According to official figures there are 4,400 Mongolians living in Germany, most of them in Berlin. Many of them once studied in East Berlin in the communist era and later tried to make their way in reunified Germany. Some managed to find a profession, while others did not. But even those who returned to Mongolia often send their children to Germany for schooling or university studies.

At Home in Germany

The former West Germany established diplomatic relations with socialist Mongolia back in 1974 and a German-Mongolian Society was founded in Bonn to vitalize a cultural agreement between the two countries. Now the society is primarily concerned with academic relations. Its annual publication “Mongolische Notizen” provides analyses of Mongolian politics, economics and culture and reports about current German-Mongolian projects.

There are a number of other Mongolian and German-Mongolian associations that organize social gatherings, offer Mongolian language instruction and help Mongolians deal with German officials or promote cultural exchanges.
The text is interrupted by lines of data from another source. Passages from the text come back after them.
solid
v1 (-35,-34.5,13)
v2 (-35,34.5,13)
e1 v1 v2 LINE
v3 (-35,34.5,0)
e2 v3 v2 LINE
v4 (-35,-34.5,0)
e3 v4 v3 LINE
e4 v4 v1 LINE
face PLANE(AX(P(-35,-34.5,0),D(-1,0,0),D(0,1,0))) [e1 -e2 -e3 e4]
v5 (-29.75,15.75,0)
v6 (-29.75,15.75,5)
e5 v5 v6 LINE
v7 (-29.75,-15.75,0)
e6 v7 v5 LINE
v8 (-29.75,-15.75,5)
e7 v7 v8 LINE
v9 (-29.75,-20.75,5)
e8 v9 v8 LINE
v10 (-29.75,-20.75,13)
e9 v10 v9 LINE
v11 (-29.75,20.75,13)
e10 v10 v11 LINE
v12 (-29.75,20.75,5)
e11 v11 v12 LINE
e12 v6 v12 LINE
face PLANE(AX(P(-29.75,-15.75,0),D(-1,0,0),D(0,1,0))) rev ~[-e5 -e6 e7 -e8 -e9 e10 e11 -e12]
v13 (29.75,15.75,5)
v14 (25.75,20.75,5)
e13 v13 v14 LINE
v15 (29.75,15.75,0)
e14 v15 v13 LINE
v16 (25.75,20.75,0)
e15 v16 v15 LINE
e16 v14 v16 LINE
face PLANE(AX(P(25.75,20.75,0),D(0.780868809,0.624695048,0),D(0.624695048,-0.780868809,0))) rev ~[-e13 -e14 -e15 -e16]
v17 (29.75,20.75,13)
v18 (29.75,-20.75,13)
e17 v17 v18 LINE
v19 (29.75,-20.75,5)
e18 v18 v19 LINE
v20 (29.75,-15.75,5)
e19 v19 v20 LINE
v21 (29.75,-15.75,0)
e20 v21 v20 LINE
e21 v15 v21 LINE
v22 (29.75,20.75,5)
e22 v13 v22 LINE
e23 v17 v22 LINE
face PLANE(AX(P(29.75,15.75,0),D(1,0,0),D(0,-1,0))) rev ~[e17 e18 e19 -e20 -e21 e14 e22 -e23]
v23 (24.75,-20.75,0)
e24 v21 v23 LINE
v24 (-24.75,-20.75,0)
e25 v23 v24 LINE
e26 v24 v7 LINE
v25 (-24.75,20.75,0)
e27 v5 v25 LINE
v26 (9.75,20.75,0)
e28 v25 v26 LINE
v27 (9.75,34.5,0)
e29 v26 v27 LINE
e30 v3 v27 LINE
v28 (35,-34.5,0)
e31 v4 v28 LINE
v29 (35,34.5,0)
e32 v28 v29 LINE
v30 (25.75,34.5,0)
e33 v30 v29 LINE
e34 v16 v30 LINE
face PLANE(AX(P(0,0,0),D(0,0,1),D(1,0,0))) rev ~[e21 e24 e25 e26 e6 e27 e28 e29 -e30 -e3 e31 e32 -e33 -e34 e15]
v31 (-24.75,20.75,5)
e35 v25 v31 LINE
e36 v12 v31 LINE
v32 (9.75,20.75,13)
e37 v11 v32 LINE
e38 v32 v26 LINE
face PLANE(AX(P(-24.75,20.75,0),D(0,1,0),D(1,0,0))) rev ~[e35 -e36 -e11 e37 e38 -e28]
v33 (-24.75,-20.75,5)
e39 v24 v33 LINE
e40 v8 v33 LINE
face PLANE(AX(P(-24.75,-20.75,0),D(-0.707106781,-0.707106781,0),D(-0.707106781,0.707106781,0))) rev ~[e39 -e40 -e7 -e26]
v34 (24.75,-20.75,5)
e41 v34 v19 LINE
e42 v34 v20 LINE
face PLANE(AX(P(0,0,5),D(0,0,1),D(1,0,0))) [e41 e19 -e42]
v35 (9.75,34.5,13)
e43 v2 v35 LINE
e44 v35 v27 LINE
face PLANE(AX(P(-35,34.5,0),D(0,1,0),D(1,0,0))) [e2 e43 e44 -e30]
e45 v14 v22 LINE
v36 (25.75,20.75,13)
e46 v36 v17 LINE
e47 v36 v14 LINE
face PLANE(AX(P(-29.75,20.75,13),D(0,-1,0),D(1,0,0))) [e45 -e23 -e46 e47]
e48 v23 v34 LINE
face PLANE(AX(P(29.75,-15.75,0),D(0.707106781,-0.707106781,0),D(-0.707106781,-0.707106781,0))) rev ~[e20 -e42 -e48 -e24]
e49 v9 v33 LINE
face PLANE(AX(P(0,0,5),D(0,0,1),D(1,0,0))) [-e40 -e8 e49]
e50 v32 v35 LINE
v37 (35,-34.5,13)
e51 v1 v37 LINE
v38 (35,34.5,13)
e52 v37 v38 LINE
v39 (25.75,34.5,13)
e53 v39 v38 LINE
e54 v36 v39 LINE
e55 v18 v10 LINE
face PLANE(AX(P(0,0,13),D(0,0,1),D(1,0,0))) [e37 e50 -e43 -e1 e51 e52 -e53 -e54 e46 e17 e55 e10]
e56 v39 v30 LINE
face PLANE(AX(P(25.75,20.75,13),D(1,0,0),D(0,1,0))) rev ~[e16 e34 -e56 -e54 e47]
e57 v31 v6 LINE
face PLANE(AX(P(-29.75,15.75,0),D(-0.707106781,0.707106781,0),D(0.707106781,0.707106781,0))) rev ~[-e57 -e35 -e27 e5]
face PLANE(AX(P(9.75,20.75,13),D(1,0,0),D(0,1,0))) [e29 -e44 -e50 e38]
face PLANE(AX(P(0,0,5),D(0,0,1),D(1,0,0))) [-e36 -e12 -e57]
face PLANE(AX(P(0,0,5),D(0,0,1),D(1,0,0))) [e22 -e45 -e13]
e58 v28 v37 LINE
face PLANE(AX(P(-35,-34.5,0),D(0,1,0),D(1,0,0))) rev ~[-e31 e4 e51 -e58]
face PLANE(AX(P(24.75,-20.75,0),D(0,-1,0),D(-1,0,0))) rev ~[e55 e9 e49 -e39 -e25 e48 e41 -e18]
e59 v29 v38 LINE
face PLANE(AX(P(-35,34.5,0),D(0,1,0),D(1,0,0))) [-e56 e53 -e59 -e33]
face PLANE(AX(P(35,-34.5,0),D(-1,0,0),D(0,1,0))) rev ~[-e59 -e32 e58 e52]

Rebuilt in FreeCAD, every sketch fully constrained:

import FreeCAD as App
import Part
import Sketcher
Q = App.Units.Quantity


def add_polygon(sketch, points):
    """Adds a closed chain of lines whose ends are joined by coincident constraints."""
    first, n = sketch.GeometryCount, len(points)
    for a, b in zip(points, points[1:] + points[:1]):
        sketch.addGeometry(Part.LineSegment(App.Vector(*a, 0), App.Vector(*b, 0)), False)
    for i in range(n):
        sketch.addConstraint(Sketcher.Constraint("Coincident", first + i, 2, first + (i + 1) % n, 1))

doc = App.newDocument("Part")
params = doc.addObject("Spreadsheet::Sheet", "Params")
for row, (alias, value) in enumerate([
    ("sketch1_width", "70 mm"),
    ("sketch1_height", "69 mm"),
    ("pad1_length", "13 mm"),
    ("sketch2_width", "59.5 mm"),
    ("sketch2_height", "41.5 mm"),
    ("pocket1_length", "8 mm"),
    ("sketch3_width", "16 mm"),
    ("sketch3_height", "13.75 mm"),
    ("sketch4_width", "50.5 mm"),
    ("sketch4_width2", "49.5 mm"),
    ("sketch4_height", "31.5 mm"),
], start=1):
    params.set(f"A{row}", alias)
    params.set(f"B{row}", "=" + value)
    params.setAlias(f"B{row}", alias)

body = doc.addObject("PartDesign::Body", "Body")

# Sketch on XY plane
sketch1 = body.newObject("Sketcher::SketchObject", "Sketch")
sketch1.AttachmentSupport = (doc.getObject("XY_Plane"), [""])
sketch1.MapMode = "FlatFace"
add_polygon(sketch1, [(-35, 34), (-35, -34), (35, -34), (35, 34)])  # lines 0-3
sketch1.addConstraint(Sketcher.Constraint("Vertical", 0))
sketch1.addConstraint(Sketcher.Constraint("Horizontal", 1))
sketch1.addConstraint(Sketcher.Constraint("Vertical", 2))
sketch1.addConstraint(Sketcher.Constraint("Horizontal", 3))
sketch1.addConstraint(Sketcher.Constraint("Symmetric", 0, 2, 2, 2, -1, 1))
sketch1.addConstraint(Sketcher.Constraint("DistanceX", 1, 1, 1, 2, Q("70 mm")))
sketch1.addConstraint(Sketcher.Constraint("DistanceY", 0, 2, 0, 1, Q("69 mm")))
sketch1.setExpression("Constraints[9]", "Params.sketch1_width")
sketch1.setExpression("Constraints[10]", "Params.sketch1_height")
pad1 = body.newObject("PartDesign::Pad", "Pad")
pad1.Profile = sketch1
pad1.setExpression("Length", "Params.pad1_length")

# Sketch on XY plane
sketch2 = body.newObject("Sketcher::SketchObject", "Sketch001")
sketch2.AttachmentSupport = (doc.getObject("XY_Plane"), [""])
sketch2.MapMode = "FlatFace"
sketch2.AttachmentOffset = App.Placement(App.Vector(0, 0, 13), App.Rotation())
add_polygon(sketch2, [(-30, 21), (-30, -21), (30, -21), (30, 21)])  # lines 0-3
sketch2.addConstraint(Sketcher.Constraint("Vertical", 0))
sketch2.addConstraint(Sketcher.Constraint("Horizontal", 1))
sketch2.addConstraint(Sketcher.Constraint("Vertical", 2))
sketch2.addConstraint(Sketcher.Constraint("Horizontal", 3))
sketch2.addConstraint(Sketcher.Constraint("Symmetric", 0, 2, 2, 2, -1, 1))
sketch2.addConstraint(Sketcher.Constraint("DistanceX", 1, 1, 1, 2, Q("59.5 mm")))
sketch2.addConstraint(Sketcher.Constraint("DistanceY", 0, 2, 0, 1, Q("41.5 mm")))
sketch2.setExpression("Constraints[9]", "Params.sketch2_width")
sketch2.setExpression("Constraints[10]", "Params.sketch2_height")
pocket1 = body.newObject("PartDesign::Pocket", "Pocket")
pocket1.Profile = sketch2
pocket1.setExpression("Length", "Params.pocket1_length")

# Sketch on XY plane
sketch3 = body.newObject("Sketcher::SketchObject", "Sketch002")
sketch3.AttachmentSupport = (doc.getObject("XY_Plane"), [""])
sketch3.MapMode = "FlatFace"
sketch3.AttachmentOffset = App.Placement(App.Vector(0, 0, 13), App.Rotation())
add_polygon(sketch3, [(10, 34), (10, 21), (26, 21), (26, 34)])  # lines 0-3
sketch3.addConstraint(Sketcher.Constraint("Vertical", 0))
sketch3.addConstraint(Sketcher.Constraint("Horizontal", 1))
sketch3.addConstraint(Sketcher.Constraint("Vertical", 2))
sketch3.addConstraint(Sketcher.Constraint("Horizontal", 3))
sketch3.addConstraint(Sketcher.Constraint("DistanceX", 1, 1, 1, 2, Q("16 mm")))
sketch3.addConstraint(Sketcher.Constraint("DistanceY", 0, 2, 0, 1, Q("13.75 mm")))
sketch3.addConstraint(Sketcher.Constraint("DistanceY", -1, 1, 2, 2, Q("34.5 mm")))
sketch3.addConstraint(Sketcher.Constraint("DistanceX", -1, 1, 0, 2, Q("9.75 mm")))
sketch3.setExpression("Constraints[8]", "Params.sketch3_width")
sketch3.setExpression("Constraints[9]", "Params.sketch3_height")
pocket2 = body.newObject("PartDesign::Pocket", "Pocket001")
pocket2.Profile = sketch3
pocket2.Type = "ThroughAll"

# Sketch on XY plane
sketch4 = body.newObject("Sketcher::SketchObject", "Sketch003")
sketch4.AttachmentSupport = (doc.getObject("XY_Plane"), [""])
sketch4.MapMode = "FlatFace"
add_polygon(sketch4, [(-30, -16), (-30, 16), (-25, 21), (26, 21), (30, 16), (30, -16), (25, -21), (-25, -21)])  # lines 0-7
sketch4.addConstraint(Sketcher.Constraint("Vertical", 0))
sketch4.addConstraint(Sketcher.Constraint("Horizontal", 2))
sketch4.addConstraint(Sketcher.Constraint("Vertical", 4))
sketch4.addConstraint(Sketcher.Constraint("Horizontal", 6))
sketch4.addConstraint(Sketcher.Constraint("Symmetric", 0, 2, 4, 2, -1, 1))
sketch4.addConstraint(Sketcher.Constraint("Symmetric", 1, 2, 5, 2, -1, 1))
sketch4.addConstraint(Sketcher.Constraint("Perpendicular", 5, 7))
sketch4.addConstraint(Sketcher.Constraint("Horizontal", 0, 2, 3, 2))
sketch4.addConstraint(Sketcher.Constraint("Horizontal", 4, 2, 7, 2))
sketch4.addConstraint(Sketcher.Constraint("Vertical", 1, 2, 6, 2))
sketch4.addConstraint(Sketcher.Constraint("DistanceX", 2, 1, 2, 2, Q("50.5 mm")))
sketch4.addConstraint(Sketcher.Constraint("DistanceX", 6, 2, 6, 1, Q("49.5 mm")))
sketch4.addConstraint(Sketcher.Constraint("DistanceY", 0, 1, 0, 2, Q("31.5 mm")))
sketch4.addConstraint(Sketcher.Constraint("DistanceX", 0, 2, 1, 2, Q("5 mm")))
sketch4.setExpression("Constraints[18]", "Params.sketch4_width")
sketch4.setExpression("Constraints[19]", "Params.sketch4_width2")
sketch4.setExpression("Constraints[20]", "Params.sketch4_height")
pocket3 = body.newObject("PartDesign::Pocket", "Pocket002")
pocket3.Profile = sketch4
pocket3.Type = "ThroughAll"
pocket3.Reversed = True

doc.recompute()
However there is not much of a true Mongolian community. “Maidar”, an organization in Berlin, works to preserve Mongolian language and culture in Germany, but laments a lack of interest on the part of Mongolians. The group’s chairwoman Alimaa Amgalan thinks that is because many Mongolians are more interested in integrating into German society than in maintaining their own culture. Most Mongolian families in Germany speak German at home, she says. But there are some things that bring the community together, such as Berlin’s Tsog Mongol Sport Club.

To Learn from Mongolia …

…is to learn from nature. The Central Asian country is four times the size of Germany and with just over three million inhabitants is the most sparsely populated country in the world. Half of Mongolians live in the countryside and many are still livestock farmers and nomads. They move with their herds as necessary, picking up their tent-like homes, known as yurts or gers, and setting off in search of new pastureland. Mongolians brought the yurt to Germany. A number of Germans set them up in their gardens as alternatives to the conventional wooden shed. For others the yurt has become a symbol of a way of life emphasizing ecological awareness. There are entire forums devoted to yurts on the internet. Mongolians and their yurts were the inspiration for the Urban Nomads project, a German-Mongolian initiative that invited international researchers and artists to study modern nomadism in cities and take a social-critical view of urban development.
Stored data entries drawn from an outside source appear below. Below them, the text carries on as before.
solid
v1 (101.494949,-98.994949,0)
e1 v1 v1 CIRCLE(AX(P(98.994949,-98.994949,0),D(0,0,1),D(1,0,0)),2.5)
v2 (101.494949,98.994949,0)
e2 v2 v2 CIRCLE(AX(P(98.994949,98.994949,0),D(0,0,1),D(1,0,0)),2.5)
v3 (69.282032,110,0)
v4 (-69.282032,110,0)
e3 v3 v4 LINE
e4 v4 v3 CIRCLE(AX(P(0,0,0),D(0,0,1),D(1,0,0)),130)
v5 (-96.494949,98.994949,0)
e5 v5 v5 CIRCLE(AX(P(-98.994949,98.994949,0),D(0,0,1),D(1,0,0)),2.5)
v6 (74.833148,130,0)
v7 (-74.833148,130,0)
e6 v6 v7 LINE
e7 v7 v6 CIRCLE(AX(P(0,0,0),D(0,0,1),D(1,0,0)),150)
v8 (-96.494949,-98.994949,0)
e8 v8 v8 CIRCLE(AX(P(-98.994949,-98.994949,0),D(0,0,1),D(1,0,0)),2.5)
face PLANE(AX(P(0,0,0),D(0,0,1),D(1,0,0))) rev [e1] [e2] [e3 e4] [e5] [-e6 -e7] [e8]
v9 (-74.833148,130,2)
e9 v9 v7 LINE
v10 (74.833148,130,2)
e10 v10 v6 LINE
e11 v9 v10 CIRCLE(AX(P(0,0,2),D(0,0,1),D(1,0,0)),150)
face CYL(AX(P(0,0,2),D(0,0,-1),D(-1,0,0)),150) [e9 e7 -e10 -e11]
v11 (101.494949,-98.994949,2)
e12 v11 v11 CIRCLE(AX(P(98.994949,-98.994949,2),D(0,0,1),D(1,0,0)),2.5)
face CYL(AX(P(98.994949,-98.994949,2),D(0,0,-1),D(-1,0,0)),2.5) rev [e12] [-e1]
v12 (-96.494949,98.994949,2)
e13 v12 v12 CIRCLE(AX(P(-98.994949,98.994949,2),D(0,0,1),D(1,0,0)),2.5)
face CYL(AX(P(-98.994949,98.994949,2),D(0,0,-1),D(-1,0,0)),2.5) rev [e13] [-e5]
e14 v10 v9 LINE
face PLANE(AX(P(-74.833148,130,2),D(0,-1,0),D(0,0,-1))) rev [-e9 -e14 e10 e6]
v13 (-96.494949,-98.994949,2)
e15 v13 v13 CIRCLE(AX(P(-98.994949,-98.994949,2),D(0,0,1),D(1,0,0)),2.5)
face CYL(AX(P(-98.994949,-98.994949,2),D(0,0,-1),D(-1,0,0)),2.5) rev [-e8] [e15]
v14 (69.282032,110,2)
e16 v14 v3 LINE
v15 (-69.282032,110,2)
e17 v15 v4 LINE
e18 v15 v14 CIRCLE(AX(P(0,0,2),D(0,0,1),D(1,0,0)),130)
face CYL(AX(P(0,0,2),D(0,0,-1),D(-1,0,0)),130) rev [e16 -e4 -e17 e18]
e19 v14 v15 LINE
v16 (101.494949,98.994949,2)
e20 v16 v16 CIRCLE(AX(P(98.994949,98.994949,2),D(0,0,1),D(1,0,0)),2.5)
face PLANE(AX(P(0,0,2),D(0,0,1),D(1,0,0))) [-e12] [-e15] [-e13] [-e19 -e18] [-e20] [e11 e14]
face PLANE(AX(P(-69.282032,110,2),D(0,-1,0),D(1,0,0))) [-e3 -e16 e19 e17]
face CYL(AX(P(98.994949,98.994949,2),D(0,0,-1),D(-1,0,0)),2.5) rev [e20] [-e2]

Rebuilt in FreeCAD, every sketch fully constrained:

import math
import FreeCAD as App
import Part
import Sketcher
from FreeCAD import Vector
Q = App.Units.Quantity

doc = App.newDocument("Part")
body = doc.addObject("PartDesign::Body", "Body")

# Sketch on XY plane
sketch1 = doc.addObject("Sketcher::SketchObject", "Sketch")
body.addObject(sketch1)
sketch1.AttachmentSupport = (doc.XY_Plane, [""])
sketch1.MapMode = "FlatFace"
sketch1.addGeometry(Part.LineSegment(Vector(74.833148, 130, 0), Vector(-74.833148, 130, 0)), False)
sketch1.addGeometry(Part.ArcOfCircle(Part.Circle(Vector(0, 0, 0), Vector(0, 0, 1), 150), math.radians(119.926435), math.radians(420.073565)), False)
sketch1.addGeometry(Part.Circle(Vector(98.994949, -98.994949, 0), Vector(0, 0, 1), 2.5), False)
sketch1.addGeometry(Part.Circle(Vector(-98.994949, -98.994949, 0), Vector(0, 0, 1), 2.5), False)
sketch1.addGeometry(Part.LineSegment(Vector(-69.282032, 110, 0), Vector(69.282032, 110, 0)), False)
sketch1.addGeometry(Part.ArcOfCircle(Part.Circle(Vector(0, 0, 0), Vector(0, 0, 1), 130), math.radians(122.204228), math.radians(417.795772)), False)
sketch1.addGeometry(Part.Circle(Vector(98.994949, 98.994949, 0), Vector(0, 0, 1), 2.5), False)
sketch1.addGeometry(Part.Circle(Vector(-98.994949, 98.994949, 0), Vector(0, 0, 1), 2.5), False)
sketch1.addConstraint(Sketcher.Constraint("Coincident", 0, 1, 1, 2))
sketch1.addConstraint(Sketcher.Constraint("Coincident", 1, 1, 0, 2))
sketch1.addConstraint(Sketcher.Constraint("Coincident", 4, 1, 5, 1))
sketch1.addConstraint(Sketcher.Constraint("Coincident", 5, 2, 4, 2))
sketch1.addConstraint(Sketcher.Constraint("Horizontal", 0))
sketch1.addConstraint(Sketcher.Constraint("Horizontal", 4))
sketch1.addConstraint(Sketcher.Constraint("Coincident", 1, 3, -1, 1))
sketch1.addConstraint(Sketcher.Constraint("Coincident", 5, 3, -1, 1))
sketch1.addConstraint(Sketcher.Constraint("Equal", 2, 3))
sketch1.addConstraint(Sketcher.Constraint("Equal", 3, 6))
sketch1.addConstraint(Sketcher.Constraint("Equal", 6, 7))
sketch1.addConstraint(Sketcher.Constraint("Symmetric", 3, 3, 6, 3, -1, 1))
sketch1.addConstraint(Sketcher.Constraint("Symmetric", 2, 3, 7, 3, -1, 1))
sketch1.addConstraint(Sketcher.Constraint("Symmetric", 2, 3, 3, 3, -2))
sketch1.addConstraint(Sketcher.Constraint("Diameter", 2, Q("5 mm")))
sketch1.addConstraint(Sketcher.Constraint("Radius", 1, Q("150 mm")))
sketch1.addConstraint(Sketcher.Constraint("Radius", 5, Q("130 mm")))
sketch1.addConstraint(Sketcher.Constraint("DistanceY", -1, 1, 0, 1, Q("130 mm")))
sketch1.addConstraint(Sketcher.Constraint("DistanceY", -1, 1, 4, 1, Q("110 mm")))
sketch1.addConstraint(Sketcher.Constraint("DistanceX", 3, 3, 2, 3, Q("197.989899 mm")))
sketch1.addConstraint(Sketcher.Constraint("DistanceY", 2, 3, 6, 3, Q("197.989899 mm")))
pad1 = doc.addObject("PartDesign::Pad", "Pad")
body.addObject(pad1)
pad1.Profile = sketch1
pad1.Length = 2

doc.recompute()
Anyone who would like to experience living or sleeping in a ger will find plenty of offers for yurt holidays in Germany.

Exploitation or Fair Cooperation?

Germany is Mongolia’s largest trading partner within the European Union. The two countries are committed to expanding their economic relations. In 2011 they agreed a partnership agreement in the raw materials sector. Mongolia has some of the richest mineral resources in the world, with huge reserves of copper, gold, silver, uranium and rare earth metals. The Mongolian government is hoping for knowledge transfer and aid in boosting its mineral processing industry. On 4 September 2014 the German-Mongolian Institute for Resources and Technology officially opened in Nalaikh near Ulaanbaatar. With the support of German experts, it will provide training for both German and Mongolian technical staff for the mineral resource sector. It’s being hailed as the start of a fair and sustainable partnership.